**Exercise objective**
From the data below, return the exact lines starting at the line containing "extrude(amount=BOSS_EXTRUDE1_DEPTH)" and ending at the line containing "Rebuilt in FreeCAD, every", both included, and nothing else.

Stored data entries
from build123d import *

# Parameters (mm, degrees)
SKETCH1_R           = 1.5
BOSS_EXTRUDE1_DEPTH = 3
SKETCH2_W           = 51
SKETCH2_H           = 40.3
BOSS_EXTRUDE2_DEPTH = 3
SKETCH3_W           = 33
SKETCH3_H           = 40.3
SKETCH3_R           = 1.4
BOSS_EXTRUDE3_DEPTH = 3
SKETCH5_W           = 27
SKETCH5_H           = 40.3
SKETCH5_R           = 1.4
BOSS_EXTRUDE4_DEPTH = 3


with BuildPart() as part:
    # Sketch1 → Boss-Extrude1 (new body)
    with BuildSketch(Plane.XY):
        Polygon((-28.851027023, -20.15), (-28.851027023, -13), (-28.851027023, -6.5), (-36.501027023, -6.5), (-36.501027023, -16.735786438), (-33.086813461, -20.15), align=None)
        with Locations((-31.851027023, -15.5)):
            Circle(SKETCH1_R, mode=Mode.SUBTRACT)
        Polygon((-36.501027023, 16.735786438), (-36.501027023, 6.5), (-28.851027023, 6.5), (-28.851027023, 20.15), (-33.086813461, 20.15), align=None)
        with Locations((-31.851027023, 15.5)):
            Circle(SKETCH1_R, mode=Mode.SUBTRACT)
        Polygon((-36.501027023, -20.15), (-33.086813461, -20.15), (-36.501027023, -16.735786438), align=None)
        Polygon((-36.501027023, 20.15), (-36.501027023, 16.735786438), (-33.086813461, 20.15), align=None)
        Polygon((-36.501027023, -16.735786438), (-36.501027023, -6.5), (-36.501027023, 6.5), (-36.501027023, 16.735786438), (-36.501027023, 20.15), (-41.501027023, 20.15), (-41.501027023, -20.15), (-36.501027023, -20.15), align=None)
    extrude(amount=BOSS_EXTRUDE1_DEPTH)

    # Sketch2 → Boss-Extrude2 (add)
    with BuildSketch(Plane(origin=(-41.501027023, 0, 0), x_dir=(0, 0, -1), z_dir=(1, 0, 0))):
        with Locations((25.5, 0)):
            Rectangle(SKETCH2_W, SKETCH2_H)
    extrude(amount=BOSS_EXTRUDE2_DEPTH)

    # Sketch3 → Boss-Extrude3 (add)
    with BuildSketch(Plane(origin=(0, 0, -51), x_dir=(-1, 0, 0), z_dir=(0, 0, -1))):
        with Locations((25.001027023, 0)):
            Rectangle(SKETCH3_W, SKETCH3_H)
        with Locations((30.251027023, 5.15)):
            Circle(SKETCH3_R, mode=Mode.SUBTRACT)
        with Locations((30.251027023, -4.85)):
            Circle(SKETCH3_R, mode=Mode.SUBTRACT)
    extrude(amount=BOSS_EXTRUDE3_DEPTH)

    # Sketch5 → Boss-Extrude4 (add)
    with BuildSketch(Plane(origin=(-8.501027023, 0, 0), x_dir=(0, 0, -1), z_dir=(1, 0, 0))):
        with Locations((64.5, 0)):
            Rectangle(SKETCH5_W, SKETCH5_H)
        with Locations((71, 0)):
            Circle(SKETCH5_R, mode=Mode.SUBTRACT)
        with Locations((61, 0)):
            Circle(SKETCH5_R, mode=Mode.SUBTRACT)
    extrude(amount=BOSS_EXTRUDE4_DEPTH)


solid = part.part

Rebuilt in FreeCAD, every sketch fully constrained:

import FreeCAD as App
import Part
import Sketcher


def add_polygon(sketch, points):
    """Adds a closed chain of lines whose ends are joined by coincident constraints."""
    first, n = sketch.GeometryCount, len(points)
    for a, b in zip(points, points[1:] + points[:1]):
        sketch.addGeometry(Part.LineSegment(App.Vector(*a, 0), App.Vector(*b, 0)), False)
    for i in range(n):
        sketch.addConstraint(Sketcher.Constraint("Coincident", first + i, 2, first + (i + 1) % n, 1))

doc = App.newDocument("Part")
params = doc.addObject("Spreadsheet::Sheet", "Params")
for row, (alias, value) in enumerate([
    ("sketch1_diameter", "3 mm"),
    ("sketch1_height", "13 mm"),
    ("sketch1_height2", "40.3 mm"),
    ("sketch1_width", "7.65 mm"),
    ("pad1_length", "3 mm"),
    ("sketch2_height", "51 mm"),
    ("sketch2_width", "40.3 mm"),
    ("pad2_length", "3 mm"),
    ("sketch3_diameter", "2.8 mm"),
    ("sketch3_width", "33 mm"),
    ("sketch3_height", "40.3 mm"),
    ("pad3_length", "3 mm"),
    ("sketch4_diameter", "2.8 mm"),
    ("sketch4_height", "27 mm"),
    ("sketch4_width", "40.3 mm"),
    ("pad4_length", "3 mm"),
], start=1):
    params.set(f"A{row}", alias)
    params.set(f"B{row}", "=" + value)
    params.setAlias(f"B{row}", alias)

body = doc.addObject("PartDesign::Body", "Body")

# Sketch on XY plane
sketch1 = body.newObject("Sketcher::SketchObject", "Sketch")
sketch1.AttachmentSupport = (doc.getObject("XY_Plane"), [""])
sketch1.MapMode = "FlatFace"
add_polygon(sketch1, [(-28.851027, -20.15), (-28.851027, -6.5), (-36.501027, -6.5), (-36.501027, 6.5), (-28.851027, 6.5), (-28.851027, 20.15), (-41.501027, 20.15), (-41.501027, -20.15)])  # lines 0-7
sketch1.addGeometry(Part.Circle(App.Vector(-31.851027, -15.5, 0), App.Vector(0, 0, 1), 1.5), False)  # 8
sketch1.addGeometry(Part.Circle(App.Vector(-31.851027, 15.5, 0), App.Vector(0, 0, 1), 1.5), False)  # 9
sketch1.addConstraint([
    Sketcher.Constraint("Vertical", 0),
    Sketcher.Constraint("Horizontal", 1),
    Sketcher.Constraint("Vertical", 2),
    Sketcher.Constraint("Horizontal", 3),
    Sketcher.Constraint("Vertical", 4),
    Sketcher.Constraint("Horizontal", 5),
    Sketcher.Constraint("Vertical", 6),
    Sketcher.Constraint("Horizontal", 7),
    Sketcher.Constraint("Equal", 8, 9),
    Sketcher.Constraint("Symmetric", 8, 3, 9, 3, -1),
    Sketcher.Constraint("Symmetric", 0, 2, 3, 2, -1),
    Sketcher.Constraint("Equal", 0, 4),
    Sketcher.Constraint("Diameter", 8, 3.0),
    Sketcher.Constraint("DistanceY", 2, 1, 2, 2, 13.0),
    Sketcher.Constraint("DistanceY", 6, 2, 6, 1, 40.3),
    Sketcher.Constraint("DistanceY", 8, 3, 9, 3, 31.0),
    Sketcher.Constraint("DistanceX", 8, 3, 0, 2, 3.0),
    Sketcher.Constraint("DistanceX", 5, 2, 2, 2, 5.0),
    Sketcher.Constraint("DistanceX", 1, 2, 1, 1, 7.65),
    Sketcher.Constraint("DistanceX", 8, 3, -1, 1, 31.851027),
])
sketch1.setExpression("Constraints[20]", "Params.sketch1_diameter")
sketch1.setExpression("Constraints[21]", "Params.sketch1_height")
sketch1.setExpression("Constraints[22]", "Params.sketch1_height2")
sketch1.setExpression("Constraints[26]", "Params.sketch1_width")
pad1 = body.newObject("PartDesign::Pad", "Pad")
pad1.Profile = sketch1
pad1.setExpression("Length", "Params.pad1_length")

# Sketch on YZ plane
sketch2 = body.newObject("Sketcher::SketchObject", "Sketch001")
sketch2.AttachmentSupport = (doc.getObject("YZ_Plane"), [""])
sketch2.MapMode = "FlatFace"
sketch2.AttachmentOffset = App.Placement(App.Vector(0, 0, -41.501027), App.Rotation())
add_polygon(sketch2, [(20.15, 0), (-20.15, 0), (-20.15, -51), (20.15, -51)])  # lines 0-3
sketch2.addConstraint([
    Sketcher.Constraint("Horizontal", 0),
    Sketcher.Constraint("Vertical", 1),
    Sketcher.Constraint("Horizontal", 2),
    Sketcher.Constraint("Vertical", 3),
    Sketcher.Constraint("Symmetric", 0, 2, 3, 2, -1, 1),
    Sketcher.Constraint("DistanceY", 1, 2, 1, 1, 51.0),
    Sketcher.Constraint("DistanceX", 0, 2, 0, 1, 40.3),
])
sketch2.setExpression("Constraints[9]", "Params.sketch2_height")
sketch2.setExpression("Constraints[10]", "Params.sketch2_width")
pad2 = body.newObject("PartDesign::Pad", "Pad001")
pad2.Profile = sketch2
pad2.setExpression("Length", "Params.pad2_length")

# Sketch on XY plane
sketch3 = body.newObject("Sketcher::SketchObject", "Sketch002")
sketch3.AttachmentSupport = (doc.getObject("XY_Plane"), [""])
sketch3.MapMode = "FlatFace"
sketch3.AttachmentOffset = App.Placement(App.Vector(0, 0, -51), App.Rotation())
add_polygon(sketch3, [(-8.501027, 20.15), (-8.501027, -20.15), (-41.501027, -20.15), (-41.501027, 20.15)])  # lines 0-3
sketch3.addGeometry(Part.Circle(App.Vector(-30.251027, -4.85, 0), App.Vector(0, 0, 1), 1.4), False)  # 4
sketch3.addGeometry(Part.Circle(App.Vector(-30.251027, 5.15, 0), App.Vector(0, 0, 1), 1.4), False)  # 5
sketch3.addConstraint([
    Sketcher.Constraint("Vertical", 0),
    Sketcher.Constraint("Horizontal", 1),
    Sketcher.Constraint("Vertical", 2),
    Sketcher.Constraint("Horizontal", 3),
    Sketcher.Constraint("Equal", 4, 5),
    Sketcher.Constraint("Vertical", 4, 3, 5, 3),
    Sketcher.Constraint("Diameter", 4, 2.8),
    Sketcher.Constraint("DistanceX", 1, 2, 1, 1, 33.0),
    Sketcher.Constraint("DistanceY", 0, 2, 0, 1, 40.3),
    Sketcher.Constraint("DistanceY", 4, 3, 5, 3, 10.0),
    Sketcher.Constraint("DistanceY", 5, 3, 2, 2, 15.0),
    Sketcher.Constraint("DistanceY", 4, 3, -1, 1, 4.85),
    Sketcher.Constraint("DistanceX", 4, 3, 0, 2, 21.75),
    Sketcher.Constraint("DistanceX", 4, 3, -1, 1, 30.251027),
])
sketch3.setExpression("Constraints[10]", "Params.sketch3_diameter")
sketch3.setExpression("Constraints[11]", "Params.sketch3_width")
sketch3.setExpression("Constraints[12]", "Params.sketch3_height")
pad3 = body.newObject("PartDesign::Pad", "Pad002")
pad3.Profile = sketch3
pad3.setExpression("Length", "Params.pad3_length")
pad3.Reversed = True

# Sketch on YZ plane
sketch4 = body.newObject("Sketcher::SketchObject", "Sketch003")
sketch4.AttachmentSupport = (doc.getObject("YZ_Plane"), [""])
sketch4.MapMode = "FlatFace"
sketch4.AttachmentOffset = App.Placement(App.Vector(0, 0, -8.501027), App.Rotation())
add_polygon(sketch4, [(20.15, -51), (-20.15, -51), (-20.15, -78), (20.15, -78)])  # lines 0-3
sketch4.addGeometry(Part.Circle(App.Vector(0, -61, 0), App.Vector(0, 0, 1), 1.4), False)  # 4
sketch4.addGeometry(Part.Circle(App.Vector(0, -71, 0), App.Vector(0, 0, 1), 1.4), False)  # 5
sketch4.addConstraint([
    Sketcher.Constraint("Horizontal", 0),
    Sketcher.Constraint("Vertical", 1),
    Sketcher.Constraint("Horizontal", 2),
    Sketcher.Constraint("Vertical", 3),
    Sketcher.Constraint("Equal", 4, 5),
    Sketcher.Constraint("PointOnObject", 4, 3, -2),
    Sketcher.Constraint("PointOnObject", 5, 3, -2),
    Sketcher.Constraint("Diameter", 4, 2.8),
    Sketcher.Constraint("DistanceY", 1, 2, 1, 1, 27.0),
    Sketcher.Constraint("DistanceX", 0, 2, 0, 1, 40.3),
    Sketcher.Constraint("DistanceY", 4, 3, -1, 1, 61.0),
    Sketcher.Constraint("DistanceY", 5, 3, -1, 1, 71.0),
    Sketcher.Constraint("DistanceY", 0, 2, -1, 1, 51.0),
    Sketcher.Constraint("DistanceX", 0, 2, -1, 1, 20.15),
])
sketch4.setExpression("Constraints[11]", "Params.sketch4_diameter")
sketch4.setExpression("Constraints[12]", "Params.sketch4_height")
sketch4.setExpression("Constraints[13]", "Params.sketch4_width")
pad4 = body.newObject("PartDesign::Pad", "Pad003")
pad4.Profile = sketch4
pad4.setExpression("Length", "Params.pad4_length")

doc.recompute()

**Result below**
    extrude(amount=BOSS_EXTRUDE1_DEPTH)

    # Sketch2 → Boss-Extrude2 (add)
    with BuildSketch(Plane(origin=(-41.501027023, 0, 0), x_dir=(0, 0, -1), z_dir=(1, 0, 0))):
        with Locations((25.5, 0)):
            Rectangle(SKETCH2_W, SKETCH2_H)
    extrude(amount=BOSS_EXTRUDE2_DEPTH)

    # Sketch3 → Boss-Extrude3 (add)
    with BuildSketch(Plane(origin=(0, 0, -51), x_dir=(-1, 0, 0), z_dir=(0, 0, -1))):
        with Locations((25.001027023, 0)):
            Rectangle(SKETCH3_W, SKETCH3_H)
        with Locations((30.251027023, 5.15)):
            Circle(SKETCH3_R, mode=Mode.SUBTRACT)
        with Locations((30.251027023, -4.85)):
            Circle(SKETCH3_R, mode=Mode.SUBTRACT)
    extrude(amount=BOSS_EXTRUDE3_DEPTH)

    # Sketch5 → Boss-Extrude4 (add)
    with BuildSketch(Plane(origin=(-8.501027023, 0, 0), x_dir=(0, 0, -1), z_dir=(1, 0, 0))):
        with Locations((64.5, 0)):
            Rectangle(SKETCH5_W, SKETCH5_H)
        with Locations((71, 0)):
            Circle(SKETCH5_R, mode=Mode.SUBTRACT)
        with Locations((61, 0)):
            Circle(SKETCH5_R, mode=Mode.SUBTRACT)
    extrude(amount=BOSS_EXTRUDE4_DEPTH)


solid = part.part

Rebuilt in FreeCAD, every sketch fully constrained:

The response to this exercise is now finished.